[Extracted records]

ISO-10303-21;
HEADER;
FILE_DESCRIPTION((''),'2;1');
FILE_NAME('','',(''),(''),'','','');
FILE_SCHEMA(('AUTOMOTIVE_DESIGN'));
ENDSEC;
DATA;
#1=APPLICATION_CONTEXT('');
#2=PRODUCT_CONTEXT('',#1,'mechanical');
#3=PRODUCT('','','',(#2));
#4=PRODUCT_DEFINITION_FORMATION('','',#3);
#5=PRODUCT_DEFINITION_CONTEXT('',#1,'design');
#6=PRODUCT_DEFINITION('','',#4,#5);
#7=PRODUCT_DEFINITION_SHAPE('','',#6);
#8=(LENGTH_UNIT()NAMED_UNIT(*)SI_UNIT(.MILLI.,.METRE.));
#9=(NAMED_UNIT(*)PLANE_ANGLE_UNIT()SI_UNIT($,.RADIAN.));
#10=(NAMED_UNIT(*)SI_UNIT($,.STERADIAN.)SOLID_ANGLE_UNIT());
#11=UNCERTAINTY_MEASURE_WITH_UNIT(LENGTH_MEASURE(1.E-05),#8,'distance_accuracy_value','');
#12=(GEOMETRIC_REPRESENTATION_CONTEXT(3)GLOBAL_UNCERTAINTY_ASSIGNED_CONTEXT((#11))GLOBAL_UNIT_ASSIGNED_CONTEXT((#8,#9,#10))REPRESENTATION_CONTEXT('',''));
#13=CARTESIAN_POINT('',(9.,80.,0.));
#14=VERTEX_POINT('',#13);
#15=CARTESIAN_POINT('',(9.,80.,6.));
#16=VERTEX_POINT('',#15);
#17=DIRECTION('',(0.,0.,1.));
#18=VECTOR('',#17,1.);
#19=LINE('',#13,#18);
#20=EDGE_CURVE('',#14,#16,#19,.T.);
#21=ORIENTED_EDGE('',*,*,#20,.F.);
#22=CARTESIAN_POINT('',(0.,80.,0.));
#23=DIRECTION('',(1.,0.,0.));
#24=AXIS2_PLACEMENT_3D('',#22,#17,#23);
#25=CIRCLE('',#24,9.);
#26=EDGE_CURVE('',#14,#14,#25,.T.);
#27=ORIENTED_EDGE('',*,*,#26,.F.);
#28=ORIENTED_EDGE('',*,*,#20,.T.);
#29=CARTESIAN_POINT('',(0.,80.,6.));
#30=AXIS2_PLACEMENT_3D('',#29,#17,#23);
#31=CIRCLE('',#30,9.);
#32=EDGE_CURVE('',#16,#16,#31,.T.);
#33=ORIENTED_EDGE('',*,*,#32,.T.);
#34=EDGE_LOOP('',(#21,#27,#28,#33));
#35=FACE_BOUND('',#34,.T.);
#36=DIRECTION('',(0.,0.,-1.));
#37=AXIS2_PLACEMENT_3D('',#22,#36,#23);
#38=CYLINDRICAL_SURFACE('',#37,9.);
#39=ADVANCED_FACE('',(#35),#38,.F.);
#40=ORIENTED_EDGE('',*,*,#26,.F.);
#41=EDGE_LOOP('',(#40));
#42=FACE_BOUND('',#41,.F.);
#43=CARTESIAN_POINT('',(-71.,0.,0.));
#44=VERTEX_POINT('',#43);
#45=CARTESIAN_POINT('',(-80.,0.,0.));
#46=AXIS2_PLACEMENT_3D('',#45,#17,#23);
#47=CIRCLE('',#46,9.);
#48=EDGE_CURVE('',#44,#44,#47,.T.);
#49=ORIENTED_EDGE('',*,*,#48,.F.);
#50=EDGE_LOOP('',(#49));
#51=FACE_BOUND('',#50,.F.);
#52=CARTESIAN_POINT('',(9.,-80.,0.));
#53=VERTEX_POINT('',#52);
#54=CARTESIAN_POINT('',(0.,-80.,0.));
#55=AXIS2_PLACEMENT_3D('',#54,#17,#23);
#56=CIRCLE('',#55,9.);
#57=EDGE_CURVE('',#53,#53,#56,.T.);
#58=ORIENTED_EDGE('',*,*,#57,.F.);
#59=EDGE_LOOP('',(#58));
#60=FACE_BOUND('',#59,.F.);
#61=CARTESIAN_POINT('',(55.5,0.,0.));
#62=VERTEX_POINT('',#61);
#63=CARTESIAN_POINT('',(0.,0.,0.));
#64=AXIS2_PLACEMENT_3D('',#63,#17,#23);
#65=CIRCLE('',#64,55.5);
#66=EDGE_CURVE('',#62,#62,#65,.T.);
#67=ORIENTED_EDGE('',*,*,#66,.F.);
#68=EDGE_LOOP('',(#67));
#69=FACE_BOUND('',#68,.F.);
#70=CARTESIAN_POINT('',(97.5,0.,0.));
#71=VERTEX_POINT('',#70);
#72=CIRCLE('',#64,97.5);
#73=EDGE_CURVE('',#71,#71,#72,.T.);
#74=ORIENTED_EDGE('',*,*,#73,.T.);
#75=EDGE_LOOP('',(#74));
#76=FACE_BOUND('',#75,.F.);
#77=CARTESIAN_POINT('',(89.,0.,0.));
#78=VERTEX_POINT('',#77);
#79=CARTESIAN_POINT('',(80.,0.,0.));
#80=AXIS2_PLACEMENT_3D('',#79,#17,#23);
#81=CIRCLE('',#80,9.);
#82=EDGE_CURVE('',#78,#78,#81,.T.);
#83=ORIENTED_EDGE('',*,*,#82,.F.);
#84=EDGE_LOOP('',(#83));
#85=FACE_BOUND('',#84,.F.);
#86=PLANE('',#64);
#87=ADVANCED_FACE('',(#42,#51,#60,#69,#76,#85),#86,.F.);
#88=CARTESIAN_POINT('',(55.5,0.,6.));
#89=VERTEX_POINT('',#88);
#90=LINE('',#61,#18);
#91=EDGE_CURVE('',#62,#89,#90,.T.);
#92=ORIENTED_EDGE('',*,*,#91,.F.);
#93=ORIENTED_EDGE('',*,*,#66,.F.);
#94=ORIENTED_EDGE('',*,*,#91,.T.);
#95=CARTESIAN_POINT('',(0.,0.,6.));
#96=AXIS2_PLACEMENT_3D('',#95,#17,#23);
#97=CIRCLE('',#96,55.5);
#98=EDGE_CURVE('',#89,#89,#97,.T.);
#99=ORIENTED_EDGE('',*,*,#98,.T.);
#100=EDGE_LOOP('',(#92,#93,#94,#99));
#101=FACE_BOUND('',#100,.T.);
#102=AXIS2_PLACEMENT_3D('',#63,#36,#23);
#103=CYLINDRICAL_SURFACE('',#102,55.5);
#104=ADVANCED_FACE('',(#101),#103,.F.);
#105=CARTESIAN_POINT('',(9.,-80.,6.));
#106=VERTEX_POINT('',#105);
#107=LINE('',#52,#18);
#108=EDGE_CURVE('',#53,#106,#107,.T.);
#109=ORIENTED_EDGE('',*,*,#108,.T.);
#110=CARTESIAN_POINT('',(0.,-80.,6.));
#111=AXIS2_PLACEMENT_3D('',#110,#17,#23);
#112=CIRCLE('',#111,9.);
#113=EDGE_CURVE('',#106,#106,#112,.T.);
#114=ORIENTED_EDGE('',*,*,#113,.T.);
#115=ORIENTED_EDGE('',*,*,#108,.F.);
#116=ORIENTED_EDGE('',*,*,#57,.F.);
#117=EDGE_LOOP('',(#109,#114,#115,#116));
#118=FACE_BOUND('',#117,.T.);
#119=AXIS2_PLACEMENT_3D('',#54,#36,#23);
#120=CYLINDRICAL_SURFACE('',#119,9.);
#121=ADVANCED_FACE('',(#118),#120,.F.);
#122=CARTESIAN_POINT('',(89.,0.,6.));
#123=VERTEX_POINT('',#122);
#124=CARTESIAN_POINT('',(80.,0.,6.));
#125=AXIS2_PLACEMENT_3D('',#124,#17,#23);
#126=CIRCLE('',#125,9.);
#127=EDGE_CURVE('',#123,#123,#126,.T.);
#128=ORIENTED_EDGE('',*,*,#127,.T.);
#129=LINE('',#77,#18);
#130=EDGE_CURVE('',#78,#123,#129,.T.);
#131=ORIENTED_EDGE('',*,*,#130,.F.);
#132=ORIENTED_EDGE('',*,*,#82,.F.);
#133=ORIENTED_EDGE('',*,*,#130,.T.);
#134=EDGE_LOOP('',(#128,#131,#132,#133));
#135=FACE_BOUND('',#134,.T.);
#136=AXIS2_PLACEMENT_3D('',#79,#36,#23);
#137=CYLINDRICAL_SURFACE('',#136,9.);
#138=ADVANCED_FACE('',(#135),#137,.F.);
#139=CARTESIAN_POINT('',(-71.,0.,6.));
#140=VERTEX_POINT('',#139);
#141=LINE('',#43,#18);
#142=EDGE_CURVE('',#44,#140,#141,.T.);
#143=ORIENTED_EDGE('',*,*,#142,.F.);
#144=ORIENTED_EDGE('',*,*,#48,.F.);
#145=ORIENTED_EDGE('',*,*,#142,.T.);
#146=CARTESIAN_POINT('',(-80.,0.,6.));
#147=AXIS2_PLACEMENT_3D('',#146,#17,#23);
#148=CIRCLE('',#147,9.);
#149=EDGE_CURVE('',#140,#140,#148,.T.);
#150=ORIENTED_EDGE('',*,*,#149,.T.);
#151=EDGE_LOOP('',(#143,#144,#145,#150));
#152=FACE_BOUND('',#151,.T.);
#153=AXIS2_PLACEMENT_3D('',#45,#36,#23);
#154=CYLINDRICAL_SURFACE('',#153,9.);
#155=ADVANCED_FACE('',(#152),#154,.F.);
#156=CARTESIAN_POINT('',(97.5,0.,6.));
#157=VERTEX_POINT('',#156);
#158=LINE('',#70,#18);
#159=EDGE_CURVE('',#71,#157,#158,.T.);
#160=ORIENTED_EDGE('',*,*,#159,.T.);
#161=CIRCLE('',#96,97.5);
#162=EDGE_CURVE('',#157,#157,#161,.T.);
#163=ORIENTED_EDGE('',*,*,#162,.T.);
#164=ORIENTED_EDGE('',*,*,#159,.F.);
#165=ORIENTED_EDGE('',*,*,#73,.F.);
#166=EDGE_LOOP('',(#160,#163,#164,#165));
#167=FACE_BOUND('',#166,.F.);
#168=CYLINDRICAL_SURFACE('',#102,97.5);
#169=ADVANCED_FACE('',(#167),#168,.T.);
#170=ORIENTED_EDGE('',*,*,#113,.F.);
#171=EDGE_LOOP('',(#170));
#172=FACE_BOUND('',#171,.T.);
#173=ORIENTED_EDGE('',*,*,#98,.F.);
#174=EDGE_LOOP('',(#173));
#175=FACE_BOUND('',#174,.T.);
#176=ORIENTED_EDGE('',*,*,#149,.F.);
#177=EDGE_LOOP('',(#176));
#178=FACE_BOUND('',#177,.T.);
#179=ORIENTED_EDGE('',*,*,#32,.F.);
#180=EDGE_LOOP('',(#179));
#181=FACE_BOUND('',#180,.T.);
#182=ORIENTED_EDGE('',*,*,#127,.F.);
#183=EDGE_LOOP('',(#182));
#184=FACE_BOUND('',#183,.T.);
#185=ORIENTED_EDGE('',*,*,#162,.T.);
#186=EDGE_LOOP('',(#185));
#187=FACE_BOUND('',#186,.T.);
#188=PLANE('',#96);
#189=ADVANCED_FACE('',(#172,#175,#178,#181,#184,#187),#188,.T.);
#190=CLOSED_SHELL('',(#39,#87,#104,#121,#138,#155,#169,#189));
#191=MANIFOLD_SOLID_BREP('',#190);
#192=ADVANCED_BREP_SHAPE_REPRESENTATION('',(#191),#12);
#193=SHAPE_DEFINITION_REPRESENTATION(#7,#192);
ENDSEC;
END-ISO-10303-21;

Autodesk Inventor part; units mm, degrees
ref_plane "YZ Plane" through (0, 0, 0) normal (1, 0, 0) x (0, 1, 0)
ref_plane "XZ Plane" through (0, 0, 0) normal (0, 1, 0) x (-1, 0, 0)
ref_plane "XY Plane" through (0, 0, 0) normal (0, 0, 1) x (1, 0, 0)
sketch "Sketch2" plane through (0, 0, 0) normal (0, 0, 1) x (1, 0, 0)
  circle A0 centre (0, 0) radius 55.5
  circle A1 centre (0, 0) radius 97.5
  circle A2 centre (0, 0) radius 80 construction
  circle A3 centre (0, 80) radius 9
  circle A4 centre (-80, 0) radius 9
  circle A5 centre (0, -80) radius 9
  circle A6 centre (80, 0) radius 9
  dimension "d29" = 160
  dimension "d25" = 111
  dimension "d27" = 195
  dimension "d30" = 18
  dimension "d33" = 360
extrude "Plate2" add sketch "Sketch2" along normal blind 6
equation "\"d14\" = Thickness"
equation "\"BendReliefWidth\" = Thickness"
equation "\"BendReliefDepth\" = 0.5 * Thickness"
equation "\"CornerReliefSize\" = 4 * Thickness"
equation "\"MinimumRemnant\" = 2 * Thickness"
equation "\"TransitionRadius\" = BendRadius"
equation "\"JacobiRadiusSize\" = BendRadius"
equation "\"GapSize\" = Thickness"
equation "\"Thickness\" = 6"
equation "\"BendRadius\" = 6"
properties part number "PRS 1200-31 FDS flange DN90" material "Steel"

* [Task]:
Lines from the first one above through the line containing "#5=PRODUCT_DEFINITION_CONTEXT('',#1,'design');" are to be retyped exactly, both included, and nothing more.

* [Written reply]:
ISO-10303-21;
HEADER;
FILE_DESCRIPTION((''),'2;1');
FILE_NAME('','',(''),(''),'','','');
FILE_SCHEMA(('AUTOMOTIVE_DESIGN'));
ENDSEC;
DATA;
#1=APPLICATION_CONTEXT('');
#2=PRODUCT_CONTEXT('',#1,'mechanical');
#3=PRODUCT('','','',(#2));
#4=PRODUCT_DEFINITION_FORMATION('','',#3);
#5=PRODUCT_DEFINITION_CONTEXT('',#1,'design');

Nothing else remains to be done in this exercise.